Payroll working in the public sector

Payroll working in the public sector

Although these new measures which are in some ways further addressing the reform of IR35 do not apply to many of the firm's clients it certainly applies where clients are working in the public sector and where you use a personal service Company as a legal umbrella for the receipt of the income.

The important matter to note is that the new legislation puts the onus on the engager (the person you are working for) to determine whether the new rules apply and not you.

The measures apply to payments after 6 April 2017 and will affect contracts entered into before 6 April 2017 and operating after that date. Public authorities and agencies and third parties supplying workers need to consider existing contracts and to prepare for the change.

Basically, you go on the payroll of the public service authority and income tax and national insurance is deducted as though you were an employee. This does not create pension obligations on the public-sector agency or third party. The intermediary legislation is a set of rules and will affect your tax and NIC if you are contracted to work for a client through an intermediary.

The intermediary can be:

i) Your own Limited Company
ii) A service or personal service Company
iii) A partnership
iv) An individual

Where the new rules apply the person paying the fee to the intermediary for the work of services, is treated as an employer for tax, NIC and employment allowance purposes.
The responsibility lies with the engager and there is a new employment status service online tool provided by HM Revenue & Customs to help people to decide whether the new rules apply.
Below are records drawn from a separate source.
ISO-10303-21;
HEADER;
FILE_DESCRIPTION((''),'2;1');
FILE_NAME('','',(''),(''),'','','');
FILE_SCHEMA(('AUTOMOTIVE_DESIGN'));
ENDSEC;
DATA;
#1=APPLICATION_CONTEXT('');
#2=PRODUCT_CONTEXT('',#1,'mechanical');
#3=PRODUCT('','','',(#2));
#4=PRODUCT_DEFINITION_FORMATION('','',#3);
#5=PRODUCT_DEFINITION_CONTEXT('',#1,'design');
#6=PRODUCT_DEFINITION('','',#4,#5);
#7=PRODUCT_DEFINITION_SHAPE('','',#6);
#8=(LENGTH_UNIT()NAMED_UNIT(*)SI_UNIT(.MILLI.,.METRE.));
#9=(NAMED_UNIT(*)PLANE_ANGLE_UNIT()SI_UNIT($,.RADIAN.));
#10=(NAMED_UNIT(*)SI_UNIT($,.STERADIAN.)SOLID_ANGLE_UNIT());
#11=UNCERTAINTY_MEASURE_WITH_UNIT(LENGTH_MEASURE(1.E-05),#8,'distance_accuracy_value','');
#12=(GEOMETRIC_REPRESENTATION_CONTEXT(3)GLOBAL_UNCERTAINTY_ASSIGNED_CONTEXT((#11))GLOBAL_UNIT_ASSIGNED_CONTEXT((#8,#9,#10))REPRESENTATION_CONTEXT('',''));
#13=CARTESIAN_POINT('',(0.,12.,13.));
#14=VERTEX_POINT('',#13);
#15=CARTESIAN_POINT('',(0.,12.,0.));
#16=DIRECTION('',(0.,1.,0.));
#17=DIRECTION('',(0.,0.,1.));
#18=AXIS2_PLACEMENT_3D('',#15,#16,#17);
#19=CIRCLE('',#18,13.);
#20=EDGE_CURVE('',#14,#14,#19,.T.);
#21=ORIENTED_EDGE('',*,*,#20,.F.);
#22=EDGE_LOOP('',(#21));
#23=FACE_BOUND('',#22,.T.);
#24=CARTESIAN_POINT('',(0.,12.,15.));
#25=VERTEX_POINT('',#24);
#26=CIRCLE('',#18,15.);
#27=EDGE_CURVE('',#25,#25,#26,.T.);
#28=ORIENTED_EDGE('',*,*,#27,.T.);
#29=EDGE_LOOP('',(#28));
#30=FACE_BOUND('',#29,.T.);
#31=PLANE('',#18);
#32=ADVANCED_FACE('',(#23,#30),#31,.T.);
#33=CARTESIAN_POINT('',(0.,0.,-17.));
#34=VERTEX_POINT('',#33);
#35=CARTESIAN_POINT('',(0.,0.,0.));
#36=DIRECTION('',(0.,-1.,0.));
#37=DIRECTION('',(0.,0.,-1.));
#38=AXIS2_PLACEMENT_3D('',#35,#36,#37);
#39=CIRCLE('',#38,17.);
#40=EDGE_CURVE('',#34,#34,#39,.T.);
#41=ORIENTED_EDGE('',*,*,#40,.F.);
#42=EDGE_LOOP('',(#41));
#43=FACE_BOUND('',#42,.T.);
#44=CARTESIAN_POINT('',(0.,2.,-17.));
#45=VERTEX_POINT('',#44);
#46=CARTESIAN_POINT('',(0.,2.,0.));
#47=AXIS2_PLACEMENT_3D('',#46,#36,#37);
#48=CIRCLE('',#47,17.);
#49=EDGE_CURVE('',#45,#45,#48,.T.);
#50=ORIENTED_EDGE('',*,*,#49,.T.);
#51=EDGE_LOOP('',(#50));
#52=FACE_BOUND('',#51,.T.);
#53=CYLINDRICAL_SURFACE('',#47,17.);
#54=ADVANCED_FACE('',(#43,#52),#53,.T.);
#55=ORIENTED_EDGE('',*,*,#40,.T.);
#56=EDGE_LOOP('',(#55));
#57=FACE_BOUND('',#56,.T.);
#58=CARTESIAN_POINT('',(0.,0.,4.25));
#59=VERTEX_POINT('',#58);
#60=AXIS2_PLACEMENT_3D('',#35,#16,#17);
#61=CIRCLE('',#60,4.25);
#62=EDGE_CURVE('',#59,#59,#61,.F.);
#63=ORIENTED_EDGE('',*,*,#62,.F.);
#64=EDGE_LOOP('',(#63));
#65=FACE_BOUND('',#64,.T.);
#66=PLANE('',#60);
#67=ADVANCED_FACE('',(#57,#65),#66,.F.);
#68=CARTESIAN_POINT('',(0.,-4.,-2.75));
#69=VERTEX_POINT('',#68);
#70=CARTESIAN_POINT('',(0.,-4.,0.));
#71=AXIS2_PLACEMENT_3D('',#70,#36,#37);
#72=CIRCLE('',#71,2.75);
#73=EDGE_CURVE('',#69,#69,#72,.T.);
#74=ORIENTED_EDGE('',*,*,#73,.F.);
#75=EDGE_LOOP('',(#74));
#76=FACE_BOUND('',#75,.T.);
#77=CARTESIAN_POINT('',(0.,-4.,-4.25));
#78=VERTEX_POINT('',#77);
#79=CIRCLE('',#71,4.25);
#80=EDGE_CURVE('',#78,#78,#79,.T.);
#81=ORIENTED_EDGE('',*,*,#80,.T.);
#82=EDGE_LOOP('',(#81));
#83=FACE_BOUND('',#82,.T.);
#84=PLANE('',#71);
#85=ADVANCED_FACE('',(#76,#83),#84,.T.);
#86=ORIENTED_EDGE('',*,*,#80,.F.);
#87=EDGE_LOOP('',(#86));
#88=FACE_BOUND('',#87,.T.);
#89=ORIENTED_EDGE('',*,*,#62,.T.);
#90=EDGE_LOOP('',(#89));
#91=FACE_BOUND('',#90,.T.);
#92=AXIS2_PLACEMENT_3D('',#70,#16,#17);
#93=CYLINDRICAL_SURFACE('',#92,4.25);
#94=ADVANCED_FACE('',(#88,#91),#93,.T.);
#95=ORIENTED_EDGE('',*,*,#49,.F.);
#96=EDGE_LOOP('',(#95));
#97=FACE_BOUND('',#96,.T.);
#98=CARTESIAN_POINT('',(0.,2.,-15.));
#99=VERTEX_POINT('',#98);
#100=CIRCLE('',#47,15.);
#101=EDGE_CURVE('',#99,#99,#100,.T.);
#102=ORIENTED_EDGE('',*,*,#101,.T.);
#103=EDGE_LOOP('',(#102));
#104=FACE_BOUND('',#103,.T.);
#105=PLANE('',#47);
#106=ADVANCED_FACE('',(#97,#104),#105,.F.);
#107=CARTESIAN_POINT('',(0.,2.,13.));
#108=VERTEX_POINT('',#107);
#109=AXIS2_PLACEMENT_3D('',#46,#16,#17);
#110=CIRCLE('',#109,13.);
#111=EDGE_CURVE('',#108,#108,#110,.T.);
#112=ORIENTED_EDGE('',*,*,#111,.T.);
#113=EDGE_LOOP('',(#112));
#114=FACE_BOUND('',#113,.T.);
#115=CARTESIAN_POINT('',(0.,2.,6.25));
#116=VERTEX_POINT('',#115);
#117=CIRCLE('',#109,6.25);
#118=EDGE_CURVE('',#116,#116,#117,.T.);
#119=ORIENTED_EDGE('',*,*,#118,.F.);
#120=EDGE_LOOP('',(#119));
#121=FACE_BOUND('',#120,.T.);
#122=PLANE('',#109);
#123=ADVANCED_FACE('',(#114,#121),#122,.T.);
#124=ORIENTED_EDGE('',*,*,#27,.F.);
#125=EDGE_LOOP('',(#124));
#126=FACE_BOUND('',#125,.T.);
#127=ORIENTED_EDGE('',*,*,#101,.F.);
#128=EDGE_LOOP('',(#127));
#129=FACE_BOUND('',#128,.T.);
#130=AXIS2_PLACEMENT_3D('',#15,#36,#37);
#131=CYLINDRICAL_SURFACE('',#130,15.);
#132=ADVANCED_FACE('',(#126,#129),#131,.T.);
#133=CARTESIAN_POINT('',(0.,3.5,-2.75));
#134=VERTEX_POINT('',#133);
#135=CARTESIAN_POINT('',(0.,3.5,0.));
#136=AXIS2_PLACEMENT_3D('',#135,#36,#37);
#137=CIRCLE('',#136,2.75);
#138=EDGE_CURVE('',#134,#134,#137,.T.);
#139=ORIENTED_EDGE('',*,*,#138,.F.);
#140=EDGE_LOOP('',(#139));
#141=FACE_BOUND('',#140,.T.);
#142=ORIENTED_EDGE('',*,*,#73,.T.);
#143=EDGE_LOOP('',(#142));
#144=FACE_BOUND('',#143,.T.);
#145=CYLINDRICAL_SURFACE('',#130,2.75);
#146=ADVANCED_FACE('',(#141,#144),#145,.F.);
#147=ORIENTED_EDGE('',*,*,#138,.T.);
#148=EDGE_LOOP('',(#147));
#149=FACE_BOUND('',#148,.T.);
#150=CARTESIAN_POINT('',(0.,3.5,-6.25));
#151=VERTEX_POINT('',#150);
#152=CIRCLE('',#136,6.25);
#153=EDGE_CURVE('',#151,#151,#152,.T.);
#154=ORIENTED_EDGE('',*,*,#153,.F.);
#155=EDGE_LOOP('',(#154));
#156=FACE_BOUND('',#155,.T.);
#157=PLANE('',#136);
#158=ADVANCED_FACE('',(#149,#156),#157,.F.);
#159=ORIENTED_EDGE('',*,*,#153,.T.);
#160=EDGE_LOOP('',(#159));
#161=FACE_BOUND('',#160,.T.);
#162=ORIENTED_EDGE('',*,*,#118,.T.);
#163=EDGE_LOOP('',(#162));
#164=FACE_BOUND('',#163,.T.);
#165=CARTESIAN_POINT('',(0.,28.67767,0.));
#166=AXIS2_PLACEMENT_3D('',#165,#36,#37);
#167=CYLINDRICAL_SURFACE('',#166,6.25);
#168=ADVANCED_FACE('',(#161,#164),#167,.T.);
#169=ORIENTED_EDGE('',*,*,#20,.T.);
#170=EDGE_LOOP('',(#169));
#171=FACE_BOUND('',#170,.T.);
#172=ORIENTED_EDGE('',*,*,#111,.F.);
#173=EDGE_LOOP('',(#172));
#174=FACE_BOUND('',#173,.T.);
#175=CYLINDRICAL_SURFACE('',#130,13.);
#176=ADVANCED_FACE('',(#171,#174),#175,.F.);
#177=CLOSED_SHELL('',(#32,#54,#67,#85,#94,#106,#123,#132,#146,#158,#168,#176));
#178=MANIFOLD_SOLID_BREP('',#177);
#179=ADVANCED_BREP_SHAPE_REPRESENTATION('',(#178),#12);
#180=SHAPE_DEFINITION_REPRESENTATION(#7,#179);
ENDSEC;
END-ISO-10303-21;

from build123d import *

# Parameters (mm, degrees)
SKETCH2_R           = 15
BOSS_EXTRUDE1_DEPTH = 12
SHELL1_T            = -2
SKETCH4_R           = 2.75
CUT_EXTRUDE1_DEPTH  = 25.372115214
SKETCH5_R           = 17
SKETCH5_R_2         = 15
BOSS_EXTRUDE3_DEPTH = 2
BOSS_EXTRUDE5_START = 4
SKETCH7_R           = 4.25
SKETCH7_R_2         = 2.75
BOSS_EXTRUDE5_DEPTH = 4
SKETCH6_R           = 6.25
SKETCH6_R_2         = 2.75
BOSS_EXTRUDE4_DEPTH = 1.5


with BuildPart() as part:
    # Sketch2 → Boss-Extrude1 (new body)
    with BuildSketch(Plane(origin=(0, 0, 0), x_dir=(1, 0, 0), z_dir=(0, 1, 0))):
        with Locations(Location((0, 0, 0), (0, 0, 270))):
            Circle(SKETCH2_R)
    extrude(amount=BOSS_EXTRUDE1_DEPTH)

    # Shell1
    shell1_openings = [part.faces().sort_by_distance(p)[0] for p in [
        (0, 12, 0),
    ]]
    offset(amount=SHELL1_T, openings=shell1_openings, kind=Kind.INTERSECTION)

    # Sketch4 → Cut-Extrude1 (cut, through all)
    with BuildSketch(Plane.XZ):
        with Locations(Location((0, 0, 0), (0, 0, 270))):
            Circle(SKETCH4_R)
    extrude(amount=-CUT_EXTRUDE1_DEPTH, mode=Mode.SUBTRACT)

    # Sketch5 → Boss-Extrude3 (add)
    with BuildSketch(Plane.XZ):
        with Locations(Location((0, 0, 0), (0, 0, 270))):
            Circle(SKETCH5_R)
        with Locations(Location((0, 0, 0), (0, 0, 270))):
            Circle(SKETCH5_R_2, mode=Mode.SUBTRACT)
    extrude(amount=-BOSS_EXTRUDE3_DEPTH)

    # Sketch7 → Boss-Extrude5 (add)
    with BuildSketch(Plane.XZ.offset(BOSS_EXTRUDE5_START)):
        with Locations(Location((0, 0, 0), (0, 0, 90))):
            Circle(SKETCH7_R)
        with Locations(Location((0, 0, 0), (0, 0, 270))):
            Circle(SKETCH7_R_2, mode=Mode.SUBTRACT)
    extrude(amount=-BOSS_EXTRUDE5_DEPTH)

    # Sketch6 → Boss-Extrude4 (add)
    with BuildSketch(Plane(origin=(0, 2, 0), x_dir=(1, 0, 0), z_dir=(0, 1, 0))):
        with Locations(Location((0, 0, 0), (0, 0, 90))):
            Circle(SKETCH6_R)
        with Locations(Location((0, 0, 0), (0, 0, 90))):
            Circle(SKETCH6_R_2, mode=Mode.SUBTRACT)
    extrude(amount=BOSS_EXTRUDE4_DEPTH)


solid = part.part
Therefore, where a public authority agency or third party the fee payer makes a payment to the worker’s intermediary on or after 6 April 2017. It decides if the rules apply and then deducts tax and primary national insurance from the payment it makes and pays employers national insurance as calculated in the apprenticeship levy. The VAT exclusive amounts must be accounted for through Real Time Information (payroll) in the same way as for an employee. The change does not affect employment rights available to the worker.

Then the worker’s intermediary umbrella Company or whatever is able to set against its own employment tax and NIC liability in the tax year an amount equivalent to the employment tax and NIC deducted from payments to it from the fee payer.
At the present there is a 5% deduction currently available to intermediaries for notational expenses but this will no longer be available.
This therefore applies to payments after 6 April 2017 and also for contracts entered into before 6 April 2017 and operating after that date. As already stated the public ??? does not create any pension obligations or occupational stakeholder pensions.

The new rules apply:

1. A worker personally performs services or is under obligation to personally perform services for the client.
2. The client is a public authority.
3. The services are provided under circumstances where its contract has been directly with the client the work would be regarded for income tax purposes as an employee of the client or the holder of an office with the client.
4. The work is actually an office holder with the client.
The payroll working in a public sector legislation imposes the same employment status test. The person paying an intermediary must look at the arrangements under which the worker provides the services to the client. If applying the employment status test to that engagement shows they would have been an employer of the client but for the existence of the intermediary (service Company or whatever) then the engagement is caught by the new rules. A new employment status service provided by the HM Revenue & Customs will help people decide whether the rules apply.

This is currently being tested privately and a version will be made available to the public before 6 April 2017.
Important - the amount treated as earnings is a VAT exclusive amount paid to the workers intermediary.

How to calculate the deemed payment direct on which tax and NIC is paid

The steps to follow are:

1. The amount of the payment less the amount if any of VAT.
2. Deduct so much of that as amounts to direct cost of material used or used in performance of services.
3. Deduct an amount as represents expenses that would have been deductible if the worker had been the client’s employee and expenses had been met by the worker out of those earnings.
4. If the amount is nil or a negative amount there is no deemed payment.

The measures do contain provisions against double taxation:

1. The proposed legislation has an impact on the tax liabilities of the worker’s intermediary. Broadly speaking, the intermediary is able to set the amount of the deemed payment on which tax and NIC has been paid against the amount of remuneration from the intermediary on which tax liabilities arise.
2. The corporation tax computations also adjusted so that the intermediary cannot claim a double deduction for the cost associated with the engagement.
3. The worker’s intermediary continues to be able to deduct certain pension related expenses and capital allowances.

Example: John works through his own PSC John Ltd has ??? in a six month engagement with a public authority. The public authority will consider the status of the Contract, for example:

i) Is John required to supply his own equipment?
ii) Does John work under the direction of a senior manager?
iii) Where flexible working hours are available the time has to be agreed off with the manager.
iiii) In John’s Company John draws a salary through the Company payroll but tax and national insurance are not deducted equivalent to the salary which has been taxed through the public authority.

From the public authority John would receive a net payment after tax and national insurance had been deducted and also would receive the VAT charged for the services provided at the end of the year. At the year end John is paying income tax on income going into his Company. This is disregarded when calculating the deemed employment payments due for the Company. This ensures John does not pay tax twice. John’s accountant! then includes the income from the engagement with the public authority with the other deemed employment payments received in the employment section of his self-assessment Tax Return.

The VAT and corporation tax liability of John’s Company remains unchanged.